WORLD famous auction house Sotheby's has paid out what is thought to be a six-figure sum in compensation to a Suffolk family after its experts failed to recognise a lost masterpiece worth millions of pounds.

By James Fraser

WORLD famous auction house Sotheby's has paid out what is thought to be a six-figure sum in compensation to a Suffolk family after its experts failed to recognise a lost masterpiece worth millions of pounds.

The Evening Star can exclusively reveal that the out-of-court settlement brings to a close a long-running legal dispute between the estate of eccentric Suffolk pigswill merchant turned art collector, Ernest Onians, and the prestigious firm of auctioneers, who were being sued for £4.5m.

Executors for the late Mr Onians, who died in 1995, had brought a negligence claim against Sotheby's.
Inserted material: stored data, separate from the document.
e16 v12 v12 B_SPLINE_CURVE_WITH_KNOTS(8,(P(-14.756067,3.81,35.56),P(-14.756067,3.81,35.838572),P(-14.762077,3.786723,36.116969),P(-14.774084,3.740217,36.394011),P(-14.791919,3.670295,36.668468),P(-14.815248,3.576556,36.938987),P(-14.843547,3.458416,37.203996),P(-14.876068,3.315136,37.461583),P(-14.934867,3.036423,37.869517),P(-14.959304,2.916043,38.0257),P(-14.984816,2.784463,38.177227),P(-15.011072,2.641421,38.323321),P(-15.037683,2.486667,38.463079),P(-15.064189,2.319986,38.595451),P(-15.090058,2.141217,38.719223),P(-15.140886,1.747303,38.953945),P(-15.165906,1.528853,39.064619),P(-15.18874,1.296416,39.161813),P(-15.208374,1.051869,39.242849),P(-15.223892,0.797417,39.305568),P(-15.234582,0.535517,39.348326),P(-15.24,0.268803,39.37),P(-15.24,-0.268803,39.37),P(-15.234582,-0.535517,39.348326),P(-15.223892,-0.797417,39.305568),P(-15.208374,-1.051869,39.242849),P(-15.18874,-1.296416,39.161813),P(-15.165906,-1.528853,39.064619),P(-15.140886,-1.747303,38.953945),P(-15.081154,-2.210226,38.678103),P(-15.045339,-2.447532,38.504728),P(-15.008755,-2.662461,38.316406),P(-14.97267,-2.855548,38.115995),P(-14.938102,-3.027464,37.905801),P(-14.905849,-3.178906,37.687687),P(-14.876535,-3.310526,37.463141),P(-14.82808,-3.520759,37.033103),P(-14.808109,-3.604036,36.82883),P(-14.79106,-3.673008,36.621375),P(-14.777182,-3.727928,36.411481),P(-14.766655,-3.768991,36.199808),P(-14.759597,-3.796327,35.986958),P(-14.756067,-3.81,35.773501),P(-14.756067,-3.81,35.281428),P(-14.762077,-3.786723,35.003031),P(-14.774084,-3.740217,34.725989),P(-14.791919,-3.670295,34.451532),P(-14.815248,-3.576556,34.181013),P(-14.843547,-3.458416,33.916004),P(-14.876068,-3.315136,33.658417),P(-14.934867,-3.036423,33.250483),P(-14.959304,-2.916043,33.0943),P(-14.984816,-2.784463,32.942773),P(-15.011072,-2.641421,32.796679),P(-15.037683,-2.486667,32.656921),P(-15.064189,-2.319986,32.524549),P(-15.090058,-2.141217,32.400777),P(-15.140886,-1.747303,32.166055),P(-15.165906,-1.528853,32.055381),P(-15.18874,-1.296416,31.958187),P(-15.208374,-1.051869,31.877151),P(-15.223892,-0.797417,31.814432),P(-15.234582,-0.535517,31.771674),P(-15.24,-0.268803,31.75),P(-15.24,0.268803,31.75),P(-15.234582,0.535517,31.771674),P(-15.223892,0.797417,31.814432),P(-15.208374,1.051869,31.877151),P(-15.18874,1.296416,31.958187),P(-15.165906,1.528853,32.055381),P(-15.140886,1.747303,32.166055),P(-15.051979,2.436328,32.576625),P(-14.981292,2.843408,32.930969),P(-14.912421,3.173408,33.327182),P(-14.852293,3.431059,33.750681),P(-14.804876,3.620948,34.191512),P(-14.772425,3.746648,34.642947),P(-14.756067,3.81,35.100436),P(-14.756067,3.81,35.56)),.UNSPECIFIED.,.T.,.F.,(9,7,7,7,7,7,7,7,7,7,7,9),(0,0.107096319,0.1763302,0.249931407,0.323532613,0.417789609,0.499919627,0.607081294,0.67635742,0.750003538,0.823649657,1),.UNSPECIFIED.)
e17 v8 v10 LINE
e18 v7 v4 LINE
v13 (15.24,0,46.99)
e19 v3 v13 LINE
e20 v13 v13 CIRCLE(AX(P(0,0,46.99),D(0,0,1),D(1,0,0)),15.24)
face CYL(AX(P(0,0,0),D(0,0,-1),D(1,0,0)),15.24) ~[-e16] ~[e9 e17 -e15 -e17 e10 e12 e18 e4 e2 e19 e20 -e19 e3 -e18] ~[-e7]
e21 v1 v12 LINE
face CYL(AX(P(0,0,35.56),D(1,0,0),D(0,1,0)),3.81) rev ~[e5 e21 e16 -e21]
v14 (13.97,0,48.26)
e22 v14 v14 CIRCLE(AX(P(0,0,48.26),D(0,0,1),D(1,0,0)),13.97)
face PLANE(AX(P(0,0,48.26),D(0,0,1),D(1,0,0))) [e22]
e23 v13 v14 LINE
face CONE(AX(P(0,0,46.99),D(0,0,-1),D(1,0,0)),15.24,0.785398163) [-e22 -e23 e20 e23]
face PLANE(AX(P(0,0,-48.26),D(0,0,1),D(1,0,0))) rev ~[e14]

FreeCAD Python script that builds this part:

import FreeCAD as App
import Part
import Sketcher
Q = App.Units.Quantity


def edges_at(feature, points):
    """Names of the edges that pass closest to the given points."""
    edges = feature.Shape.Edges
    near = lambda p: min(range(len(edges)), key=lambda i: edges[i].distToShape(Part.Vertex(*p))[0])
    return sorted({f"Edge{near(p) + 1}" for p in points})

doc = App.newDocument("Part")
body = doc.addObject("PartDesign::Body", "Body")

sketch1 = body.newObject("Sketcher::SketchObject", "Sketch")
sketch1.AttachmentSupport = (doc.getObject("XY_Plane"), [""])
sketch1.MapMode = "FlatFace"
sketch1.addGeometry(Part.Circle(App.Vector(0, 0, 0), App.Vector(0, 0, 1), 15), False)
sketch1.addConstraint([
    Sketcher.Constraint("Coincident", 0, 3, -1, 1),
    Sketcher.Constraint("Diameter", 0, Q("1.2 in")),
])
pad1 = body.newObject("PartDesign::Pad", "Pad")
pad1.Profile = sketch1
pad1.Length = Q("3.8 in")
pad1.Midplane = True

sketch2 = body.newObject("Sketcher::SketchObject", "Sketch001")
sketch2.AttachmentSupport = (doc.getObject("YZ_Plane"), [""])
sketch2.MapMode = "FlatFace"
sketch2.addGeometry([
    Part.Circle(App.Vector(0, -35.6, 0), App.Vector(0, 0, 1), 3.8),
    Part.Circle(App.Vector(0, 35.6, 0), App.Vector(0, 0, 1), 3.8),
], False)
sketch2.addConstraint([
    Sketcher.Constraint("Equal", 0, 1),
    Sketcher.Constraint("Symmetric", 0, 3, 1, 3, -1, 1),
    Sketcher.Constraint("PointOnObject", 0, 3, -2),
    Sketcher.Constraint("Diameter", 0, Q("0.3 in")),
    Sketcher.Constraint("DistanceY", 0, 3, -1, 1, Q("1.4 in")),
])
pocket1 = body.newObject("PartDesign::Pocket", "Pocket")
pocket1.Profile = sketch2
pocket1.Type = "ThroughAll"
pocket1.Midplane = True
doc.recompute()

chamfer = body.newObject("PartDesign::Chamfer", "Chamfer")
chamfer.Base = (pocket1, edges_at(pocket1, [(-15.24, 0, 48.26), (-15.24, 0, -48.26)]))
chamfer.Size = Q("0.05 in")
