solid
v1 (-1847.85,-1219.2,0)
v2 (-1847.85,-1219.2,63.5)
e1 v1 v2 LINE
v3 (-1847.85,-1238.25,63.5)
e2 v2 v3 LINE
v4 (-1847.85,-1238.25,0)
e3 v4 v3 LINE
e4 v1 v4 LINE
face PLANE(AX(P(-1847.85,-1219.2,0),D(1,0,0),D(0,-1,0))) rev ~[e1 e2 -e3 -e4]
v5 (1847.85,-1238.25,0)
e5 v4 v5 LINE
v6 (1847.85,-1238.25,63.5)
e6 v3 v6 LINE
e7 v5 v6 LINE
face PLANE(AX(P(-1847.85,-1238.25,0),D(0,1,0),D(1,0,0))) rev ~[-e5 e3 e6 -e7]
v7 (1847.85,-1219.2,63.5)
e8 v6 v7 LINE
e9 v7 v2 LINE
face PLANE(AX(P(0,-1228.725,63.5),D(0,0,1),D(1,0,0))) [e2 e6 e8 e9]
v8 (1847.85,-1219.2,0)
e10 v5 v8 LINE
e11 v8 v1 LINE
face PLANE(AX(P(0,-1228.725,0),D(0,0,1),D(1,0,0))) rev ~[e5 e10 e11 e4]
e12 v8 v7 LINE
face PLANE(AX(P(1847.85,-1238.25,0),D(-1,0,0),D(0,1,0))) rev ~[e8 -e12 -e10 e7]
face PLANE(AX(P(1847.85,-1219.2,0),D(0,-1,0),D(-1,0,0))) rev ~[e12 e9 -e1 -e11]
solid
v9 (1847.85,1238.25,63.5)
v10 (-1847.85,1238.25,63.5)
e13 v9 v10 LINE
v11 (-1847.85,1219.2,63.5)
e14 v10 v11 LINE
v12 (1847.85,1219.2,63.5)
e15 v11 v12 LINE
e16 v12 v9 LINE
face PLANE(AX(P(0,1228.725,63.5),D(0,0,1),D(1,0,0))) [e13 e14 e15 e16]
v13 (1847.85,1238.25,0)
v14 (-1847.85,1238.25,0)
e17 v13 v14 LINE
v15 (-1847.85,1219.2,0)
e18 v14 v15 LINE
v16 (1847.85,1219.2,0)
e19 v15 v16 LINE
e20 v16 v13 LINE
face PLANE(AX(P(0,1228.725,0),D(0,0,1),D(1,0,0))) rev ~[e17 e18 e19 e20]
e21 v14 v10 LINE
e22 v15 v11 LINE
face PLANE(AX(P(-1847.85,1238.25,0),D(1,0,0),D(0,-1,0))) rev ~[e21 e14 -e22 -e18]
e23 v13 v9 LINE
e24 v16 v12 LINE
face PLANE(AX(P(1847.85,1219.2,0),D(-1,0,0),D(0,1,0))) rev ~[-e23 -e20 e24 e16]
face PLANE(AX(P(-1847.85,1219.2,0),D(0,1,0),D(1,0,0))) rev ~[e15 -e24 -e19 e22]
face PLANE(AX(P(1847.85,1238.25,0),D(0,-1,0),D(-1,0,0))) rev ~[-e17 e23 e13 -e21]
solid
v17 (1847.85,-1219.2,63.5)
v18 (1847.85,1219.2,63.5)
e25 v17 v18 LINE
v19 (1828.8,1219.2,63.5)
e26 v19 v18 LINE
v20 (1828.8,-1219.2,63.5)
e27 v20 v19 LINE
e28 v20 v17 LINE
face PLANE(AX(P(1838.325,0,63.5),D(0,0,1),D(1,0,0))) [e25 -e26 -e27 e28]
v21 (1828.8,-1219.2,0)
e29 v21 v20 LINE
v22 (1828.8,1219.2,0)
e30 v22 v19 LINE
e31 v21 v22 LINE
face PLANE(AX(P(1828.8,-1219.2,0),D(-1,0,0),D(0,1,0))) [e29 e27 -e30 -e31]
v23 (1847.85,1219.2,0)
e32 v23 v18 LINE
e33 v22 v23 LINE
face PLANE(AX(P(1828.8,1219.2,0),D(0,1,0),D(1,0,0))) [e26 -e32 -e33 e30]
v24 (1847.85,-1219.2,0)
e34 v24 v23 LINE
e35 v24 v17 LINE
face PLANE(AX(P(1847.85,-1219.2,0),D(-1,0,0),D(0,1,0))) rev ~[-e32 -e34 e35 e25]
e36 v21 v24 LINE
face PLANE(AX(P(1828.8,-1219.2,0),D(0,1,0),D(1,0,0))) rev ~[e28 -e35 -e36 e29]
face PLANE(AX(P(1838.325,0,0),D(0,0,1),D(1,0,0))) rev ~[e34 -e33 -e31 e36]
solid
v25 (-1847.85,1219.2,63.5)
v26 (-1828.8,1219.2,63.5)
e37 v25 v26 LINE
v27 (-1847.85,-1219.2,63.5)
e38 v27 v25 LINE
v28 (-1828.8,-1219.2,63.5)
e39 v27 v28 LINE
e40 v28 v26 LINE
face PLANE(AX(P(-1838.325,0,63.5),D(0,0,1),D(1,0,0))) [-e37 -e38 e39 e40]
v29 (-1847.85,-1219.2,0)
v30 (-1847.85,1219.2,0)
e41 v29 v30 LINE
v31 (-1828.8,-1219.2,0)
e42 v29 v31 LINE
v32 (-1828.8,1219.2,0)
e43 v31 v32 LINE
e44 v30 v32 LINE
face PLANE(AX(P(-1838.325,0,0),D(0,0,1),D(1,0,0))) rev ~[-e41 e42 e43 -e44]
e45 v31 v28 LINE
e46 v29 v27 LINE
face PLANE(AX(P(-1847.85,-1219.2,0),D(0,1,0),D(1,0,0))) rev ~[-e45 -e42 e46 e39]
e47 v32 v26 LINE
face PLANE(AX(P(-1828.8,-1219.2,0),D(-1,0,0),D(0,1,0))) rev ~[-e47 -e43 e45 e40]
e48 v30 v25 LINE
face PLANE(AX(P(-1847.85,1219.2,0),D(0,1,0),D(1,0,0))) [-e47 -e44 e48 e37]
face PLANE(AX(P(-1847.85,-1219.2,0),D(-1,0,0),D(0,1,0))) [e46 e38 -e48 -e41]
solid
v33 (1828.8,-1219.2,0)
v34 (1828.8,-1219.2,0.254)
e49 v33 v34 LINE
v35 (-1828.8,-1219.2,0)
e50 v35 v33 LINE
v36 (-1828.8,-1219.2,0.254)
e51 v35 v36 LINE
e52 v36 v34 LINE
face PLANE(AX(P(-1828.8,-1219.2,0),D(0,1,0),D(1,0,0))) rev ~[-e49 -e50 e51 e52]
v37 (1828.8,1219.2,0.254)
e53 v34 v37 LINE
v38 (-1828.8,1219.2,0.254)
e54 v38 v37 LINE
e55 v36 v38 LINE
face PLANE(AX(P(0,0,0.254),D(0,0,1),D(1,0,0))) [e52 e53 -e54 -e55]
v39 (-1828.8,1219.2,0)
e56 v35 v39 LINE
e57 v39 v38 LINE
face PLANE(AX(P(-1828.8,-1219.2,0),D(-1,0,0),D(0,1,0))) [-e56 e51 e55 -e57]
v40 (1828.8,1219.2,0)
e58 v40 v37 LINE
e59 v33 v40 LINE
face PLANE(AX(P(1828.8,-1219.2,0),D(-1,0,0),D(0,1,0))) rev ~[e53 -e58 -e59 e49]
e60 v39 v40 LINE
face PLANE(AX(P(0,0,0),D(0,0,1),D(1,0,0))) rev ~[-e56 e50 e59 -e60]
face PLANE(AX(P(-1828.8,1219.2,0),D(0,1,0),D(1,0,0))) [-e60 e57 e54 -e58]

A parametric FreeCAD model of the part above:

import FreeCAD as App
import Part
import Sketcher

V = App.Vector
Q = App.Units.Quantity

doc = App.newDocument("Part")
body = doc.addObject("PartDesign::Body", "Body")

# Sketch on XY plane
sketch1 = doc.addObject("Sketcher::SketchObject", "Sketch")
body.addObject(sketch1)
sketch1.AttachmentSupport = (doc.XY_Plane, [""])
sketch1.MapMode = "FlatFace"
sketch1.addGeometry([
    Part.LineSegment(V(-1848, 1219, 0), V(-1848, -1219, 0)),
    Part.LineSegment(V(-1848, -1219, 0), V(-1829, -1219, 0)),
    Part.LineSegment(V(-1829, -1219, 0), V(-1829, 1219, 0)),
    Part.LineSegment(V(-1829, 1219, 0), V(-1848, 1219, 0)),
], False)
sketch1.addConstraint([
    Sketcher.Constraint("Coincident", 0, 2, 1, 1),
    Sketcher.Constraint("Coincident", 1, 2, 2, 1),
    Sketcher.Constraint("Coincident", 2, 2, 3, 1),
    Sketcher.Constraint("Coincident", 3, 2, 0, 1),
    Sketcher.Constraint("Vertical", 0),
    Sketcher.Constraint("Horizontal", 1),
    Sketcher.Constraint("Vertical", 2),
    Sketcher.Constraint("Horizontal", 3),
    Sketcher.Constraint("DistanceY", 0, 2, 0, 1, Q("96 in")),
    Sketcher.Constraint("DistanceY", 0, 2, -1, 1, Q("48 in")),
    Sketcher.Constraint("DistanceX", 1, 2, -1, 1, Q("72 in")),
    Sketcher.Constraint("DistanceX", 1, 1, 1, 2, Q("0.75 in")),
])
pad1 = doc.addObject("PartDesign::Pad", "Pad")
body.addObject(pad1)
pad1.Profile = sketch1
pad1.Length = Q("2.5 in")
body2 = doc.addObject("PartDesign::Body", "Body001")

# Sketch on XY plane
sketch2 = doc.addObject("Sketcher::SketchObject", "Sketch001")
body2.addObject(sketch2)
sketch2.AttachmentSupport = (doc.getObject("XY_Plane001"), [""])
sketch2.MapMode = "FlatFace"
sketch2.addGeometry([
    Part.LineSegment(V(1829, 1219, 0), V(1829, -1219, 0)),
    Part.LineSegment(V(1829, -1219, 0), V(1848, -1219, 0)),
    Part.LineSegment(V(1848, -1219, 0), V(1848, 1219, 0)),
    Part.LineSegment(V(1848, 1219, 0), V(1829, 1219, 0)),
], False)
sketch2.addConstraint([
    Sketcher.Constraint("Coincident", 0, 2, 1, 1),
    Sketcher.Constraint("Coincident", 1, 2, 2, 1),
    Sketcher.Constraint("Coincident", 2, 2, 3, 1),
    Sketcher.Constraint("Coincident", 3, 2, 0, 1),
    Sketcher.Constraint("Vertical", 0),
    Sketcher.Constraint("Horizontal", 1),
    Sketcher.Constraint("Vertical", 2),
    Sketcher.Constraint("Horizontal", 3),
    Sketcher.Constraint("DistanceY", 0, 2, 0, 1, Q("96 in")),
    Sketcher.Constraint("DistanceX", -1, 1, 0, 2, Q("72 in")),
    Sketcher.Constraint("DistanceY", 0, 2, -1, 1, Q("48 in")),
    Sketcher.Constraint("DistanceX", 1, 1, 1, 2, Q("0.75 in")),
])
pad2 = doc.addObject("PartDesign::Pad", "Pad001")
body2.addObject(pad2)
pad2.Profile = sketch2
pad2.Length = Q("2.5 in")
body3 = doc.addObject("PartDesign::Body", "Body002")

# Sketch on XY plane
sketch3 = doc.addObject("Sketcher::SketchObject", "Sketch002")
body3.addObject(sketch3)
sketch3.AttachmentSupport = (doc.getObject("XY_Plane002"), [""])
sketch3.MapMode = "FlatFace"
sketch3.addGeometry([
    Part.LineSegment(V(-1848, 1238, 0), V(-1848, 1219, 0)),
    Part.LineSegment(V(-1848, 1219, 0), V(1848, 1219, 0)),
    Part.LineSegment(V(1848, 1219, 0), V(1848, 1238, 0)),
    Part.LineSegment(V(1848, 1238, 0), V(-1848, 1238, 0)),
], False)
sketch3.addConstraint([
    Sketcher.Constraint("Coincident", 0, 2, 1, 1),
    Sketcher.Constraint("Coincident", 1, 2, 2, 1),
    Sketcher.Constraint("Coincident", 2, 2, 3, 1),
    Sketcher.Constraint("Coincident", 3, 2, 0, 1),
    Sketcher.Constraint("Vertical", 0),
    Sketcher.Constraint("Horizontal", 1),
    Sketcher.Constraint("Vertical", 2),
    Sketcher.Constraint("Horizontal", 3),
    Sketcher.Constraint("DistanceX", 1, 1, 1, 2, Q("145.5 in")),
    Sketcher.Constraint("DistanceY", -1, 1, 0, 2, Q("48 in")),
    Sketcher.Constraint("DistanceY", 0, 2, 0, 1, Q("0.75 in")),
    Sketcher.Constraint("DistanceX", 0, 2, -1, 1, Q("72.75 in")),
])
pad3 = doc.addObject("PartDesign::Pad", "Pad002")
body3.addObject(pad3)
pad3.Profile = sketch3
pad3.Length = Q("2.5 in")
body4 = doc.addObject("PartDesign::Body", "Body003")

# Sketch on XY plane
sketch4 = doc.addObject("Sketcher::SketchObject", "Sketch003")
body4.addObject(sketch4)
sketch4.AttachmentSupport = (doc.getObject("XY_Plane003"), [""])
sketch4.MapMode = "FlatFace"
sketch4.addGeometry([
    Part.LineSegment(V(-1848, -1219, 0), V(-1848, -1238, 0)),
    Part.LineSegment(V(-1848, -1238, 0), V(1848, -1238, 0)),
    Part.LineSegment(V(1848, -1238, 0), V(1848, -1219, 0)),
    Part.LineSegment(V(1848, -1219, 0), V(-1848, -1219, 0)),
], False)
sketch4.addConstraint([
    Sketcher.Constraint("Coincident", 0, 2, 1, 1),
    Sketcher.Constraint("Coincident", 1, 2, 2, 1),
    Sketcher.Constraint("Coincident", 2, 2, 3, 1),
    Sketcher.Constraint("Coincident", 3, 2, 0, 1),
    Sketcher.Constraint("Vertical", 0),
    Sketcher.Constraint("Horizontal", 1),
    Sketcher.Constraint("Vertical", 2),
    Sketcher.Constraint("Horizontal", 3),
    Sketcher.Constraint("DistanceX", 1, 1, 1, 2, Q("145.5 in")),
    Sketcher.Constraint("DistanceY", 2, 2, -1, 1, Q("48 in")),
    Sketcher.Constraint("DistanceY", 0, 2, 0, 1, Q("0.75 in")),
    Sketcher.Constraint("DistanceX", 0, 2, -1, 1, Q("72.75 in")),
])
pad4 = doc.addObject("PartDesign::Pad", "Pad003")
body4.addObject(pad4)
pad4.Profile = sketch4
pad4.Length = Q("2.5 in")
body5 = doc.addObject("PartDesign::Body", "Body004")

# Sketch on XY plane
sketch5 = doc.addObject("Sketcher::SketchObject", "Sketch004")
body5.addObject(sketch5)
sketch5.AttachmentSupport = (doc.getObject("XY_Plane004"), [""])
sketch5.MapMode = "FlatFace"
sketch5.addGeometry([
    Part.LineSegment(V(-1829, 1219, 0), V(-1829, -1219, 0)),
    Part.LineSegment(V(-1829, -1219, 0), V(1829, -1219, 0)),
    Part.LineSegment(V(1829, -1219, 0), V(1829, 1219, 0)),
    Part.LineSegment(V(1829, 1219, 0), V(-1829, 1219, 0)),
], False)
sketch5.addConstraint([
    Sketcher.Constraint("Coincident", 0, 2, 1, 1),
    Sketcher.Constraint("Coincident", 1, 2, 2, 1),
    Sketcher.Constraint("Coincident", 2, 2, 3, 1),
    Sketcher.Constraint("Coincident", 3, 2, 0, 1),
    Sketcher.Constraint("Vertical", 0),
    Sketcher.Constraint("Horizontal", 1),
    Sketcher.Constraint("Vertical", 2),
    Sketcher.Constraint("Horizontal", 3),
    Sketcher.Constraint("Symmetric", 0, 2, 2, 2, -1, 1),
    Sketcher.Constraint("DistanceX", 1, 1, 1, 2, Q("144 in")),
    Sketcher.Constraint("DistanceY", 0, 2, 0, 1, Q("96 in")),
])
pad5 = doc.addObject("PartDesign::Pad", "Pad004")
body5.addObject(pad5)
pad5.Profile = sketch5
pad5.Length = Q("0.01 in")

doc.recompute()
They alleged the London-based auction house failed to spot that a painting which for nearly half a century had lain gathering dust in a shed at the millionaire recluse's home near Needham Market was in fact the work of the French 17th century Old Master, Nicolas Poussin.
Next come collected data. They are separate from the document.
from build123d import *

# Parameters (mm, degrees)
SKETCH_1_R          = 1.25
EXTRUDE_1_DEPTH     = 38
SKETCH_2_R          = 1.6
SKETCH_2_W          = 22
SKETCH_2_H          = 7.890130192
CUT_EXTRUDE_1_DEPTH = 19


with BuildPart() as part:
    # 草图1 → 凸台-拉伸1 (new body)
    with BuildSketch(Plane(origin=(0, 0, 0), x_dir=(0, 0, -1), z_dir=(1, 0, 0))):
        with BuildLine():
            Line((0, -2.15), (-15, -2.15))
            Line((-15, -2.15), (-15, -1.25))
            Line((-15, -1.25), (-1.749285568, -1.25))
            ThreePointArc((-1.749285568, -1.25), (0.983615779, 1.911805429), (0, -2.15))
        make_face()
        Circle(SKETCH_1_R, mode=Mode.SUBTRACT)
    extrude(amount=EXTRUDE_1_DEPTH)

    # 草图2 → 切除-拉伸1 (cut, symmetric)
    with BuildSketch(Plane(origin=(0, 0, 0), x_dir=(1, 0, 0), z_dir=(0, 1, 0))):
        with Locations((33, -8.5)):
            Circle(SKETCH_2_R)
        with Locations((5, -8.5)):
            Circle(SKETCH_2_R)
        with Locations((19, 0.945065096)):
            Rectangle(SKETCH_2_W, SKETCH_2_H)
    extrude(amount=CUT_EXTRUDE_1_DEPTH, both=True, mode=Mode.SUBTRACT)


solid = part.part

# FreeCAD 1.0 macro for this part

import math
import FreeCAD as App
import Part
import Sketcher

V = App.Vector
Q = App.Units.Quantity


def add_polygon(sketch, points):
    """Adds a closed chain of lines whose ends are joined by coincident constraints."""
    first, n = sketch.GeometryCount, len(points)
    for a, b in zip(points, points[1:] + points[:1]):
        sketch.addGeometry(Part.LineSegment(App.Vector(*a, 0), App.Vector(*b, 0)), False)
    for i in range(n):
        sketch.addConstraint(Sketcher.Constraint("Coincident", first + i, 2, first + (i + 1) % n, 1))

doc = App.newDocument("Part")
body = doc.addObject("PartDesign::Body", "Body")

# Sketch on YZ plane
sketch1 = body.newObject("Sketcher::SketchObject", "Sketch")
sketch1.AttachmentSupport = (doc.getObject("YZ_Plane"), [""])
sketch1.MapMode = "FlatFace"
sketch1.addGeometry([
    Part.LineSegment(V(-2.15, 15, 0), V(-2.15, 0, 0)),  # 0
    Part.ArcOfCircle(Part.Circle(V(0, 0, 0), V(0, 0, 1), 2.15), math.radians(180), math.radians(485.548744)),  # 1
    Part.LineSegment(V(-1.25, 1.749286, 0), V(-1.25, 15, 0)),  # 2
    Part.LineSegment(V(-1.25, 15, 0), V(-2.15, 15, 0)),  # 3
    Part.Circle(V(0, 0, 0), V(0, 0, 1), 1.25),  # 4
], False)
sketch1.addConstraint([
    Sketcher.Constraint("Tangent", 0, 2, 1, 1),
    Sketcher.Constraint("Coincident", 1, 2, 2, 1),
    Sketcher.Constraint("Coincident", 2, 2, 3, 1),
    Sketcher.Constraint("Coincident", 3, 2, 0, 1),
    Sketcher.Constraint("Vertical", 0),
    Sketcher.Constraint("Vertical", 2),
    Sketcher.Constraint("Horizontal", 3),
    Sketcher.Constraint("Coincident", 1, 3, -1, 1),
    Sketcher.Constraint("Coincident", 4, 3, -1, 1),
    Sketcher.Constraint("Diameter", 4, Q("2.5 mm")),
    Sketcher.Constraint("DistanceY", 0, 2, 0, 1, Q("15 mm")),
    Sketcher.Constraint("Radius", 1, Q("2.15 mm")),
    Sketcher.Constraint("DistanceX", 3, 2, 3, 1, Q("0.9 mm")),
])
pad1 = body.newObject("PartDesign::Pad", "Pad")
pad1.Profile = sketch1
pad1.Length = 38

# Sketch on XZ plane
sketch2 = body.newObject("Sketcher::SketchObject", "Sketch001")
sketch2.AttachmentSupport = (doc.getObject("XZ_Plane"), [""])
sketch2.MapMode = "FlatFace"
sketch2.addGeometry(Part.Circle(V(33, 8.5, 0), V(0, 0, 1), 1.6), False)  # 0
sketch2.addGeometry(Part.Circle(V(5, 8.5, 0), V(0, 0, 1), 1.6), False)  # 1
add_polygon(sketch2, [(8, -4.89013), (8, 3), (30, 3), (30, -4.89013)])  # lines 2-5
sketch2.addConstraint([
    Sketcher.Constraint("Vertical", 2),
    Sketcher.Constraint("Horizontal", 3),
    Sketcher.Constraint("Vertical", 4),
    Sketcher.Constraint("Horizontal", 5),
    Sketcher.Constraint("Equal", 0, 1),
    Sketcher.Constraint("Horizontal", 0, 3, 1, 3),
    Sketcher.Constraint("Diameter", 0, Q("3.2 mm")),
    Sketcher.Constraint("DistanceX", 3, 1, 3, 2, Q("22 mm")),
    Sketcher.Constraint("DistanceX", -1, 1, 0, 3, Q("33 mm")),
    Sketcher.Constraint("DistanceX", -1, 1, 1, 3, Q("5 mm")),
    Sketcher.Constraint("DistanceX", -1, 1, 2, 2, Q("8 mm")),
    Sketcher.Constraint("DistanceY", -1, 1, 2, 2, Q("3 mm")),
    Sketcher.Constraint("DistanceY", -1, 1, 0, 3, Q("8.5 mm")),
    Sketcher.Constraint("DistanceY", 2, 1, 2, 2, Q("7.89013 mm")),
])
pocket1 = body.newObject("PartDesign::Pocket", "Pocket")
pocket1.Profile = sketch2
pocket1.Length = 38
pocket1.Midplane = True

doc.recompute()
In a highly embarrassing gaffe the painting was initially attributed to Poussin's pupil, the Italian artist Pietro Testa and was valued at a mere £15,000. When it first came to auction, the bidding soared to ten times that figure. But the work's subsequent sale in 1998 rocked the art world even further after it was identified as Poussin's missing masterpiece, The Destruction and Sack of Jerusalem, and sold for a staggering £4.5million.

The family were unavailable for comment following the deal this week. A spokesman for Sotheby's confirmed that a settlement was reached out of court on Wednesday but declined to give any details about the sum involved.

Over a period of more than 40 years, Mr Onians amassed a sprawling art collection of more than 1,000 items at his home at Baylham Mill, though the Poussin has turned out to be by far the most valuable piece.

He rapidly gained a reputation for eccentricity, dressing scruffily to throw potential thieves off his scent and wiring his home with DIY alarms made from string and klaxons powered by old car batteries. The publicity-shy man always slept with a loaded shotgun under his bed.

Making his fortune from selling the famous 'Tottenham Pudding' pig feed made from leftovers from the London borough, Mr Onians earned himself the nickname of 'The Pudding King'.

Despite the unflattering moniker, his shrewd business brain enabled him to spot a bargain. He was said to have bought the disputed painting at a country house sale in the 1940s for just £12. When it was authenticated 50 years later as a lost Poussin masterpiece, some art experts reckoned it worth £12m.

After Mr Onians died, aged 90, the work's discovery under a stack of other paintings was considered to be the art find of the decade. Called in to value his collection, Sotheby's thought the painting was Testa's Sack of Carthage and put its value at £15,000.

Yet a London gallery bought the painting for £155,000 after its advisor, leading art historian Sir Denis Mahon aired his suspicions about its true identity after spotting a photograph of it "the size of a large postage stamp" in a catalogue for the auction in 1995. He told the gallery to acquire the work "at any cost".

After it had been cleaned and restored, experts at the Louvre gallery in Paris confirmed it was a Poussin, once owned in the mid-17th century by Cardinal Richlieu, the powerful French statesman. It then disappeared for 350 years until it resurfaced in Mr Onians' ramshackle outhouse.

Jewish philanthropist Sir Jacob Rothschild and the Rothschild Foundation bought the painting in 1998 for £4.5million and donated the work to the Israel Museum in Jerusalem, where it now hangs.

After this headline-grabbing sale, the family of Mr Onians – pronounced Oh-Nigh-ons – began legal proceedings against Sotheby's, setting in motion a chain of events that led to this week's record pay-out.

FACTFILE

Nicolas Poussin (1594-1665) was a French neo-classical painter, who was born in Normandy but who lived most of his life in Rome. He took as his subjects mythological and biblical scenes, painting the ancient past as a poetic dream world. The Destruction And Sack Of Jerusalem dates from 1626 and depicts a battle scene based on Josephus Flavius' eyewitness account of the Roman devastation of Jerusalem in 70 AD. It was originally painted to be hung in the palace of Cardinal Francesco Barberini and is the first of two versions of the painting. The other is exhibited in a museum in Vienna.

First thought by Sotheby's to be Testa's Sack of Carthage, a similarly epic scene, details such as menorahs - sacred Jewish candlesticks - began to emerge through the grime as it was cleaned. These were the first signs that it may have been wrongly identified.